Term: Fall 2022 - Full Term (08/29/2022 - 12/12/2022)
Grade Mode: Letter Grading
Times & Locations
|Start Date||End Date||Days||Time||Location|
|8/29/2022||12/12/2022||TR||5:10pm - 6:30pm||KING N233|
Machine learning is increasingly all around us, determining who gets loans, parole, educational and career opportunities, medical care, and so on. With this increasing ubiquity--and with the increasing power and complexity of modern machine learning--have come concerns about the fairness, accountability, and transparency of these models and the systems that rely on them. ML fairness seeks to detect and mitigate situations where models learn to unethically (and often illegally) rely on protected attributes like race, gender and sexual orientation in making high-stakes decisions like those in justice and finance. ML accountability seeks to deal properly with model mistakes.
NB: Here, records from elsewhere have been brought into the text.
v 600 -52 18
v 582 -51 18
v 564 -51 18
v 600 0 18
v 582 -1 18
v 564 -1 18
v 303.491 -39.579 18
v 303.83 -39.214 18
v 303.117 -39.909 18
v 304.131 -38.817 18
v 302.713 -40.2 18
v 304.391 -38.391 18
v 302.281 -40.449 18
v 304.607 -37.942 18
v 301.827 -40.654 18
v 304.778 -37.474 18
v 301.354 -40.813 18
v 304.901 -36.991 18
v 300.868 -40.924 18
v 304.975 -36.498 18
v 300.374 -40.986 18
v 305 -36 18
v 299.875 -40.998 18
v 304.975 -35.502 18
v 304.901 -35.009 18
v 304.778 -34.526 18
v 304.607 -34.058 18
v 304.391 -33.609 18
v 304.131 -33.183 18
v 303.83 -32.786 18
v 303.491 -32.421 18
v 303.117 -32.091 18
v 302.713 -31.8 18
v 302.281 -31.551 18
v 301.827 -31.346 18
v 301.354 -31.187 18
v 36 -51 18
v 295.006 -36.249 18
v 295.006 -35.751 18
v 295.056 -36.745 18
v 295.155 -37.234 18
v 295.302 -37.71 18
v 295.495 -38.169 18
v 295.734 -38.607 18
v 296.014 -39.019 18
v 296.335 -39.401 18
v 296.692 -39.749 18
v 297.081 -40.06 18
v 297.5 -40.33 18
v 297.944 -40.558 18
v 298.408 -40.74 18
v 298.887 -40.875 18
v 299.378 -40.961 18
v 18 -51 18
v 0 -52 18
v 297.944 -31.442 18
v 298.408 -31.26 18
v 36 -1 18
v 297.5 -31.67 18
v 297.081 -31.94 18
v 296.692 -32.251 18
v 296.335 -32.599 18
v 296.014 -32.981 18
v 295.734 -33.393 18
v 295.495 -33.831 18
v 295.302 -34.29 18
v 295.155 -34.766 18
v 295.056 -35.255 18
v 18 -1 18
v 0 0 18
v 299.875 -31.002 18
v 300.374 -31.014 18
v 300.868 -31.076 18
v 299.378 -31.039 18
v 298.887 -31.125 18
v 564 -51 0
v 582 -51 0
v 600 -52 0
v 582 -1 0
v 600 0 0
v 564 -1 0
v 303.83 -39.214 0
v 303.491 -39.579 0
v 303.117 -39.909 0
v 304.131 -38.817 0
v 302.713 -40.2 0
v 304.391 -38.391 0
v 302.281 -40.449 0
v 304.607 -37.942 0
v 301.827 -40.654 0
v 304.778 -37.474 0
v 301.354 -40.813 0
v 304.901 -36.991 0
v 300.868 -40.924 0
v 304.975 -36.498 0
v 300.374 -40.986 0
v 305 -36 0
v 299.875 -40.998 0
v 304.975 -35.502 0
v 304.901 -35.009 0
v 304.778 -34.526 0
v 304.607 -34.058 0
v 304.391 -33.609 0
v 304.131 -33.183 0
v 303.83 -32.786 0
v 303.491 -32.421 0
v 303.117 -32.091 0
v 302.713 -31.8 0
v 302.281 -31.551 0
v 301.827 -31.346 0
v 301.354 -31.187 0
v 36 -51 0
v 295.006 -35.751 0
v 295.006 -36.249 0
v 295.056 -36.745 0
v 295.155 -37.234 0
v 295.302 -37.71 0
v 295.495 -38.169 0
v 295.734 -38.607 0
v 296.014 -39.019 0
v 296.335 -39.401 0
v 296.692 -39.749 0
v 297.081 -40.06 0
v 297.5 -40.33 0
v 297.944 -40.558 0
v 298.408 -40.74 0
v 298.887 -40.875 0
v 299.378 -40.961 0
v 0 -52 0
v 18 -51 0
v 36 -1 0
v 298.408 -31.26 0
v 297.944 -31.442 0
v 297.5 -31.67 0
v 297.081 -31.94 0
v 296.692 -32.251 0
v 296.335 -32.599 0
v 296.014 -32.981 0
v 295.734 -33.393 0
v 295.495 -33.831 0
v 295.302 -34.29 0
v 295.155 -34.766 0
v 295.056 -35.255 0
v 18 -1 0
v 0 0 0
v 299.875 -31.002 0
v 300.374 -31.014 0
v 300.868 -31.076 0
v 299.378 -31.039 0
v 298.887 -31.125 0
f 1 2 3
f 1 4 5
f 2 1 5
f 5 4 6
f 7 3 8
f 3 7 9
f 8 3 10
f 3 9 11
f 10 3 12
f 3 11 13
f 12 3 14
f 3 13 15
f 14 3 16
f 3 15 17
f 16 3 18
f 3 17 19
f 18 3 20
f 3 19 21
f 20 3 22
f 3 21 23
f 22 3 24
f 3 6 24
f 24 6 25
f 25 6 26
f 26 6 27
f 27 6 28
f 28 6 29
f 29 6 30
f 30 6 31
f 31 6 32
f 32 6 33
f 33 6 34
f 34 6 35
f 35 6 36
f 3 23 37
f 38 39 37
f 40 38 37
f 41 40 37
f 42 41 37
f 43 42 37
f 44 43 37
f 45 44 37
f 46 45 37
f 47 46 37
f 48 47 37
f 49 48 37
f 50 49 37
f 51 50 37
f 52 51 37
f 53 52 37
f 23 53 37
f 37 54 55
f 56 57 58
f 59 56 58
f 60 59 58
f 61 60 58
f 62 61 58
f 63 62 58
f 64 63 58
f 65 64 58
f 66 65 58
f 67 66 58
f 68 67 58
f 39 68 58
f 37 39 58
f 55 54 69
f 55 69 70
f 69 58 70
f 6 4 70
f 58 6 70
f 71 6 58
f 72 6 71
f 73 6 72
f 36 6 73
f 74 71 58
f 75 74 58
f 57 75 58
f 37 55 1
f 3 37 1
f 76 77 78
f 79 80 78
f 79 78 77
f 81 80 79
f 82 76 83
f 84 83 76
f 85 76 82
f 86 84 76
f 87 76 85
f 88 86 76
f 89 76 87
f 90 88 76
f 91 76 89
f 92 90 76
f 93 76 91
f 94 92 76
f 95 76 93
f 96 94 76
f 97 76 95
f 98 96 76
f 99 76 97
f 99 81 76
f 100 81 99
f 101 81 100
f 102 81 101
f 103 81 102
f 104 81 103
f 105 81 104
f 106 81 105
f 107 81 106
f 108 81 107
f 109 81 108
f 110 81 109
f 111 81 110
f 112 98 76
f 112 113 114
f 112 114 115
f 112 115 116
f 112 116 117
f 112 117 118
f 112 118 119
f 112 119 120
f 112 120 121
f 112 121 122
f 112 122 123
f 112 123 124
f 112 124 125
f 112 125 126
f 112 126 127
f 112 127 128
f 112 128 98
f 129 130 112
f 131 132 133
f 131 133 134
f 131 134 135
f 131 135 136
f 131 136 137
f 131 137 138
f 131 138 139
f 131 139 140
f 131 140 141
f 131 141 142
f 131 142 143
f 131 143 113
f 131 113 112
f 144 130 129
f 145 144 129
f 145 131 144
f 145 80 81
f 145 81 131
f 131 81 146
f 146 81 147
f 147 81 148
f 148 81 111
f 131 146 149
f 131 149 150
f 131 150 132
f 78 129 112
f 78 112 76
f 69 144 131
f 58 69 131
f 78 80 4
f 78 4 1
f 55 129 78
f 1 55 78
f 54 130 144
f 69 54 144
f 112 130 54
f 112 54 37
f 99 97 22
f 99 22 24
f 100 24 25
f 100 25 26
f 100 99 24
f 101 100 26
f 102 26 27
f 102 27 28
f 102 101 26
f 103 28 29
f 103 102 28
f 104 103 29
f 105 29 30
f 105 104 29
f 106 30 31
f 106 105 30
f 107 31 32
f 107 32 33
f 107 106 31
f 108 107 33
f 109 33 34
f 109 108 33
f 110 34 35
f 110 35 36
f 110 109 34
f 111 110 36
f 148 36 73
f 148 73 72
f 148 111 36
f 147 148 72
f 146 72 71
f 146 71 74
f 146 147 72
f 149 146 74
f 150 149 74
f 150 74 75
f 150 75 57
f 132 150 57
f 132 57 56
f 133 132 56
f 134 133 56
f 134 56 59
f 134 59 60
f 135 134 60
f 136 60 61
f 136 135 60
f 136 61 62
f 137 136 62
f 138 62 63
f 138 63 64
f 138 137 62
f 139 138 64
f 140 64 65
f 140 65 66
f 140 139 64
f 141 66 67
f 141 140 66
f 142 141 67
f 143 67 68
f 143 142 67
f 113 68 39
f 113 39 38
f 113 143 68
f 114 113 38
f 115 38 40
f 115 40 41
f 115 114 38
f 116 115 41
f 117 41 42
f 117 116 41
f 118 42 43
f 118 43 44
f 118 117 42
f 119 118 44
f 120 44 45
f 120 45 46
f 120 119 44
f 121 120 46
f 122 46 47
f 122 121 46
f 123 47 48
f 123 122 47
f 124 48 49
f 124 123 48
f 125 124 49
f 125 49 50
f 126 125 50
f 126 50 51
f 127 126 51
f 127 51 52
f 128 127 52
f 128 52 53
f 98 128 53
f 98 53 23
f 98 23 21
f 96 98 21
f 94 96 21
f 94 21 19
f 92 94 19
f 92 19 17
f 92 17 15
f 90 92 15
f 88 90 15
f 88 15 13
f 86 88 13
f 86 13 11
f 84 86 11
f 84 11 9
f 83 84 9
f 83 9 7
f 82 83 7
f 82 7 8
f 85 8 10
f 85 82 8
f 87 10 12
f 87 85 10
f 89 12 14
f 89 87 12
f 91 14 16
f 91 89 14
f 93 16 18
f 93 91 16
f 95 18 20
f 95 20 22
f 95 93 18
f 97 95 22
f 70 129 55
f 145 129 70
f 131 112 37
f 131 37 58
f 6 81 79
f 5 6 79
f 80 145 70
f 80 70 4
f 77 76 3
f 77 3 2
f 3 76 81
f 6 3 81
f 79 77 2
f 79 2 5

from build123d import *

# Parameters (mm, degrees)
SKETCH1_R           = 5
SKETCH1_W           = 18
SKETCH1_H           = 50
BOSS_EXTRUDE1_DEPTH = 18


with BuildPart() as part:
    # Sketch1 → Boss-Extrude1 (new body)
    with BuildSketch(Plane.XY):
        Polygon((0, 0), (600, 0), (600, -52), (307, -52), (257, -52), (0, -52), align=None)
        with Locations((300, -36)):
            Circle(SKETCH1_R, mode=Mode.SUBTRACT)
        with Locations((573, -26)):
            Rectangle(SKETCH1_W, SKETCH1_H, mode=Mode.SUBTRACT)
        with Locations((27, -26)):
            Rectangle(SKETCH1_W, SKETCH1_H, mode=Mode.SUBTRACT)
    extrude(amount=BOSS_EXTRUDE1_DEPTH)


solid = part.part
Who is at fault when a model screws up? How do we "fire" a model? How do we ensure that a given mistake doesn't happen again? Finally, ML transparency seeks to expose the internal logic of these complicated, nonlinear models in order to help humans use them in more effective, ethical and accountable ways. These three concerns are heavily intertwined, and have given rise to the Fair, Accountable and Transparent (FAccT) movement in machine learning. This movement has become a very popular sub-area of AI, bringing together researchers, businesses and policymakers in thinking about the implications of an AI-reliant society.
This course will be a seminar consisting of roughly 50% reading and 50% coding assignments, including a final project exploring some aspect of FAccT ML. The coding parts of the course will be taught in Python, and will require CS750/CS850: Machine Learning (or equivalent) as a prerequisite.